Five cryptoprojects CFD traders should know about

  • By Alexei

  • February 28, 2019
  • 1:52 am BST

The cryptocurrency sector is in the middle of a huge debate as to how the concept can gain wider public acceptance and the coins themselves gain greater usage. For traders in forex markets, this is an important issue because a higher volume of exchanges and usage means that there is a corresponding increase in opportunities for trades. When it comes to contracts for difference, this is an important issue.

As a CFD position can be taken to gain profits from an asset that loses values as well as goes up in price, this allows a far greater flexibility in terms of trading decisions than other forms of trading, for example a simple purchase of stock where the aim is for the price to go up over a certain term.

With cryptocurrencies there are plenty of opportunities for CFD forex traders to take short positions and profit from an asset actually falling in value. This means that while headline grabbers such as the original digital token Bitcoin and its established rivals such as Ethereum and Litecoin are the basis for many trades, other smaller coins should be on a savvy trader’s radar too.

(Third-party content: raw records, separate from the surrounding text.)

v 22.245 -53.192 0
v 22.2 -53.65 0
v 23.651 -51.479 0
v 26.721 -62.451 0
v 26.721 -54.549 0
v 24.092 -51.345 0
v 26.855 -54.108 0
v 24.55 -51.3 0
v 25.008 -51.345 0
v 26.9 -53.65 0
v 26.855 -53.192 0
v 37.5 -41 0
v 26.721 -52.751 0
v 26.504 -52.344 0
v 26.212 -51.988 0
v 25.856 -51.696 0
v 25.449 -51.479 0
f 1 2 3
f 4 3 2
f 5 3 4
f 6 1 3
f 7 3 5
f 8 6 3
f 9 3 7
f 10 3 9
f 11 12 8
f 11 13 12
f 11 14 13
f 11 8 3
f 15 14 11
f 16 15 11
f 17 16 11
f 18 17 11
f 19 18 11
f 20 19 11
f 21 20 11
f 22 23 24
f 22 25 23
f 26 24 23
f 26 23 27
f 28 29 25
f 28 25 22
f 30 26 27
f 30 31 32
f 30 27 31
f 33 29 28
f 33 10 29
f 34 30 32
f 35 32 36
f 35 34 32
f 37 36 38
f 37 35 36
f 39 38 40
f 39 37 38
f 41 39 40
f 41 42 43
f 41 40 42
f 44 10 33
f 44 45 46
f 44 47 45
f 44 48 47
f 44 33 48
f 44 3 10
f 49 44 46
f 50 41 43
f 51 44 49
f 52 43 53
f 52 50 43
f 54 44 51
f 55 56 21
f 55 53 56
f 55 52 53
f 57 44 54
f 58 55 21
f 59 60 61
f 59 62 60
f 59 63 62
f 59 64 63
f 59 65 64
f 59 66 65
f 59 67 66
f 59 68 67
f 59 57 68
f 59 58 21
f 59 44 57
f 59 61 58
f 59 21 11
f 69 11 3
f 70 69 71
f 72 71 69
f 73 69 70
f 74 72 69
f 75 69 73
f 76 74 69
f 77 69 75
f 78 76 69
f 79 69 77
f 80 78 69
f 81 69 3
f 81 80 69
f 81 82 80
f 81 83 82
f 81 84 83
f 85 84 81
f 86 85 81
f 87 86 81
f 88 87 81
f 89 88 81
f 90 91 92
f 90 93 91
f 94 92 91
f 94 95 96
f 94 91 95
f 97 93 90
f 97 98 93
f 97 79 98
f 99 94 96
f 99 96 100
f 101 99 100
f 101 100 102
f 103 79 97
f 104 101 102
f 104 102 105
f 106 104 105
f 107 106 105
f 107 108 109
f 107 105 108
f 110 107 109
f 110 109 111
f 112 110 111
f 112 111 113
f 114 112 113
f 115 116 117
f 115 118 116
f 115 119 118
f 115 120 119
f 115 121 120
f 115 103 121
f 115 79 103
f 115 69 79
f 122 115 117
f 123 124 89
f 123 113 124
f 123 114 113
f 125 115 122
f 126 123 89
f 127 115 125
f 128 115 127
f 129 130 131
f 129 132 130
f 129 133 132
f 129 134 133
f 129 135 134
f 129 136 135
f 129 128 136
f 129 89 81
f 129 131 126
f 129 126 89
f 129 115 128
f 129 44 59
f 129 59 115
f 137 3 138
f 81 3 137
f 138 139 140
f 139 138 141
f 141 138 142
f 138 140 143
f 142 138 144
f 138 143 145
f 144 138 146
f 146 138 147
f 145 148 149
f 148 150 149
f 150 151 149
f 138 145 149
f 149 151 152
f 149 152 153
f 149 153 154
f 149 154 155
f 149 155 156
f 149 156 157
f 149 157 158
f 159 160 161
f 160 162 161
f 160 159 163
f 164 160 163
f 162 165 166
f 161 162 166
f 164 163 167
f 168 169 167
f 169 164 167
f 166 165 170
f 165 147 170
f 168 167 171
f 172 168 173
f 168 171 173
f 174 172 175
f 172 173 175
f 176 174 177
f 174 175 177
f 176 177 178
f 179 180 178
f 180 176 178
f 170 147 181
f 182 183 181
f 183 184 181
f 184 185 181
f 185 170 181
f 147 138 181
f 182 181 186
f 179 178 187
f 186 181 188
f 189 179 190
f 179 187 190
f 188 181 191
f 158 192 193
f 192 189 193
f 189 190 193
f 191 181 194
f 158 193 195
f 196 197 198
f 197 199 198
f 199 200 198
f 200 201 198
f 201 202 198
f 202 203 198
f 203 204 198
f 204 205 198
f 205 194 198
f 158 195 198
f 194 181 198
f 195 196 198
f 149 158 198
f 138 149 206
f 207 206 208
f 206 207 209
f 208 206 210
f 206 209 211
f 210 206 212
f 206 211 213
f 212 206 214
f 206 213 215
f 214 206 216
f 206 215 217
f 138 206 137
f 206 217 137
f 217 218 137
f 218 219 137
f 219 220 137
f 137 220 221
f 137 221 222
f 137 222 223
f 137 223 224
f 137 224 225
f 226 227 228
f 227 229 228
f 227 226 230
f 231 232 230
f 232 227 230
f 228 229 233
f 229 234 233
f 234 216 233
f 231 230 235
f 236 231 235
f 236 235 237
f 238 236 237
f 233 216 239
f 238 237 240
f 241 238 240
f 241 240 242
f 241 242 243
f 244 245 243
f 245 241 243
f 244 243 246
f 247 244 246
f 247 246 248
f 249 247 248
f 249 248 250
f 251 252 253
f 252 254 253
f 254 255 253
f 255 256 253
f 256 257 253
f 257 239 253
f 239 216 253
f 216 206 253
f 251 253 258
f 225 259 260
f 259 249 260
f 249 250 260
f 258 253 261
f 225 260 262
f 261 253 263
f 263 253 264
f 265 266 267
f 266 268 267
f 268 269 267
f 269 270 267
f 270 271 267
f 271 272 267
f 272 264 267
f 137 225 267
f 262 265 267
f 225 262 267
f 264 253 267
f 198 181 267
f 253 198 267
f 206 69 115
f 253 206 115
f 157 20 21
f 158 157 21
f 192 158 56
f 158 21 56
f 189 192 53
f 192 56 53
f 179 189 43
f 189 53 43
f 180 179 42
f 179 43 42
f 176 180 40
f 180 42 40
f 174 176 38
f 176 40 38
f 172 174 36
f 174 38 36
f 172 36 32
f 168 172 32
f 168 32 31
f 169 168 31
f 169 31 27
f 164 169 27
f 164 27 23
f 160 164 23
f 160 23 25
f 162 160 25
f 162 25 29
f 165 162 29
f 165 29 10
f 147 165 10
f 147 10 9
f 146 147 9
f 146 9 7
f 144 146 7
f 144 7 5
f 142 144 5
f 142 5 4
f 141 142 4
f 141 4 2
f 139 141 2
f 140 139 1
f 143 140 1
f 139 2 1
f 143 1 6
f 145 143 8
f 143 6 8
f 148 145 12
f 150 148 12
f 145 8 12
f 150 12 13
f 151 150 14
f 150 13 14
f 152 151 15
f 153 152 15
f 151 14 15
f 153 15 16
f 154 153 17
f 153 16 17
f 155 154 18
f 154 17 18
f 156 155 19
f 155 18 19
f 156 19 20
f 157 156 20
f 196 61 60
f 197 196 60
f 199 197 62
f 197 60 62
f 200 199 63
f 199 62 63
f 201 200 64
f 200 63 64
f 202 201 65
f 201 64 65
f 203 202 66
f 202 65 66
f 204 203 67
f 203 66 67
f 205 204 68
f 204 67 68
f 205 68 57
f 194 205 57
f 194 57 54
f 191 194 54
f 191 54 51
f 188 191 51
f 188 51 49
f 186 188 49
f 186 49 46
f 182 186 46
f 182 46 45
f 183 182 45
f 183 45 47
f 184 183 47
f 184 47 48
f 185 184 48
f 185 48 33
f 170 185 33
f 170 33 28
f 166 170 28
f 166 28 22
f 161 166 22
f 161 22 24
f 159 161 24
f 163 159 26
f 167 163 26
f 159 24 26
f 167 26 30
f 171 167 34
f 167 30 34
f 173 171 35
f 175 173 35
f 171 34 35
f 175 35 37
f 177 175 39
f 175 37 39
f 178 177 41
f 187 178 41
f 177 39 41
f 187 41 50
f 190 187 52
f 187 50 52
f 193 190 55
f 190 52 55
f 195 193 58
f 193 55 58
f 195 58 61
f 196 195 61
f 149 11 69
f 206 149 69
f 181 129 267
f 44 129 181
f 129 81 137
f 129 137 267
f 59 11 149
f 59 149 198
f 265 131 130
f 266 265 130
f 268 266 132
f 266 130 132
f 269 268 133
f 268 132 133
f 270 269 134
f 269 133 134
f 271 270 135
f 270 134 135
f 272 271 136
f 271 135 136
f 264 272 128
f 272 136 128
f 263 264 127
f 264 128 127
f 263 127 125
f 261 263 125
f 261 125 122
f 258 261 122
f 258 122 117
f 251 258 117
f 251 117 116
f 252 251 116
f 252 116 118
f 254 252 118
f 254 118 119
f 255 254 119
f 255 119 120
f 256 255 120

The major cryptocurrency exchange Binance recently delisted a number of crypto coins and their prices fell accordingly. This is a perfect example of where a CFD trader who knew the market would have been able to use the situation to good advantage and make successful trades. Five of the coins that were delisted are still operational and provide great examples of how the cryptocurrency sector offers many opportunities that go far beyond the bigger established brand names.


A privacy coin designed to facilitate anonymous and trustless decentralized transfers, CloakCoin pretty much adheres to the original white paper concept behind the launch of Bitcoin. Although there was no specific controversy that caused Binance to delist the coin, lack of interest from the community and an absence of updates for the project seem to have had an effect.

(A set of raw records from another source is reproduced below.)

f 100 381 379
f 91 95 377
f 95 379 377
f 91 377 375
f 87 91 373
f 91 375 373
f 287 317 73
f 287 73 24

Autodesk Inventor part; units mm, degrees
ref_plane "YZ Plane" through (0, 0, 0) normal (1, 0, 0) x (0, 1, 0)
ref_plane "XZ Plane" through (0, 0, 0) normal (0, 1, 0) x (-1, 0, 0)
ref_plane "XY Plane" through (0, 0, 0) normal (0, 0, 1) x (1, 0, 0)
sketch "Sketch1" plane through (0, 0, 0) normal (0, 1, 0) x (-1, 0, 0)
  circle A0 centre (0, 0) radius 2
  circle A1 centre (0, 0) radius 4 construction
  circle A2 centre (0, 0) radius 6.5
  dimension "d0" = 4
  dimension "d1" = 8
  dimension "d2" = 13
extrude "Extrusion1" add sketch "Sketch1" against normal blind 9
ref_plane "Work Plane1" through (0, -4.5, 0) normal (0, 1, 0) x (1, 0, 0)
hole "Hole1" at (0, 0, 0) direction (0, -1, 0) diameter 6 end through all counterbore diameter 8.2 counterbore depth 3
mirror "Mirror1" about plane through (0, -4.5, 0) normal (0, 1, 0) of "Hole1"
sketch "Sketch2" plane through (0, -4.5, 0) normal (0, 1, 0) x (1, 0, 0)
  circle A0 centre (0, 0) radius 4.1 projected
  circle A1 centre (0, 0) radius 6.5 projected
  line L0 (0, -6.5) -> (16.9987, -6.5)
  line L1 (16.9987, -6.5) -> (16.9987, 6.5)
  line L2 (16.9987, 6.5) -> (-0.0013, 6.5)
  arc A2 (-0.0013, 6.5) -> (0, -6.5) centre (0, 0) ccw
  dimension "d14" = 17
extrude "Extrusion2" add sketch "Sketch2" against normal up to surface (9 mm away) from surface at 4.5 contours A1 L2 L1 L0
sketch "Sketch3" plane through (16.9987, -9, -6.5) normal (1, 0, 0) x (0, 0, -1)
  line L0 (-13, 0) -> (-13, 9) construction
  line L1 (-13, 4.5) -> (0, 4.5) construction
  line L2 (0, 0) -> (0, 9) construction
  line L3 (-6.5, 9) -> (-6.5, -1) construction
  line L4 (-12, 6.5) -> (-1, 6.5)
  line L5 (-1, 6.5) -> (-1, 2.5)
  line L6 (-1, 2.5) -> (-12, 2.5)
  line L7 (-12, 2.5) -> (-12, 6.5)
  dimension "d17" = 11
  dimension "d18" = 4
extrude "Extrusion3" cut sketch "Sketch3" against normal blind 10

It was recently ranked as the 371st biggest cryptocurrency by market capitalization, but it is likely to suffer from the move by Binance as in the wake of the delisting news its price fell by 17% in 24 hours and 73% of its entire trading volume came from the one exchange.


Modum also saw a price decrease of 17% after being delisted, which is even less surprising as it had 99% of its trading volume from Binance in the 24 hours before the announcement was made. Ranked 354th by market capitalization, the coin’s website sets out the lofty aim of being “set to revolutionize and disrupt the supply-chain industry”. However, the project’s GitHub had been quiet before the delist as the last change was as long ago as April 2018.


Ranked 182nd by market capitalization, Substratum also saw a steep decline in value after being delisted by Binance. A platform offering a decentralized storage of information on computers that are connected to it, Substratum has had some claims made against it in terms of scams, most notably one referring to faking web-based hosting service GitHub, which is used for activity numbers. Suggestions that the project suffers the same vulnerability as Oyster Pearl regarding the mining of new tokens and how to spend them have also affected confidence.


The Wings project, ranked 297th by market capitalization, is a decentralized crowdfunding platform which is based on the Ethereum blockchain. There have been no accusations against the project and the decision by Binance seems to have been based on its more general terms of trading. However, the delist once again caused prices to fall and no doubt some CFD forex traders came away with a smile while others may have less reason to be happy.


Of all the coins recently delisted by Binance, Salt was the highest ranked at 161st by market capitalization. As it only had 65% of its trading volume coming from the exchange in the 24 hours before the move, it lost only 9% of its value. However, there is some controversy surrounding the lending platform. It allows users to put up crypto as collateral in exchange for a cash loan, so it was perhaps more likely than some other projects to draw attention to the way it actually worked in practice. In November 2018, it came to light that the US Securities and Exchange Commission (SEC) was investigating. SALT’s initial coin offering was being examined as an unregistered securities offering, and there were also questions about how the company had disposed of the funds it had raised.

Reviewing assets

The moves by such an established exchange as Binance to delist coins should always raise questions for CFD traders interested in the crypto sector. “At Binance, we periodically review each digital asset we list to ensure that it continues to meet the high level of standard we expect. When a coin or token no longer meets this standard, or the industry changes, we conduct a more in-depth review and potentially delist it”, the exchange says.

With issues such as commitment of a team to a project, the level and quality of development activity, and whether there is any evidence of unethical or even fraudulent conduct being taken into account, Binance’s decisions can be a good place to start looking deeper into whether a particular crypto asset may be worth taking a position on.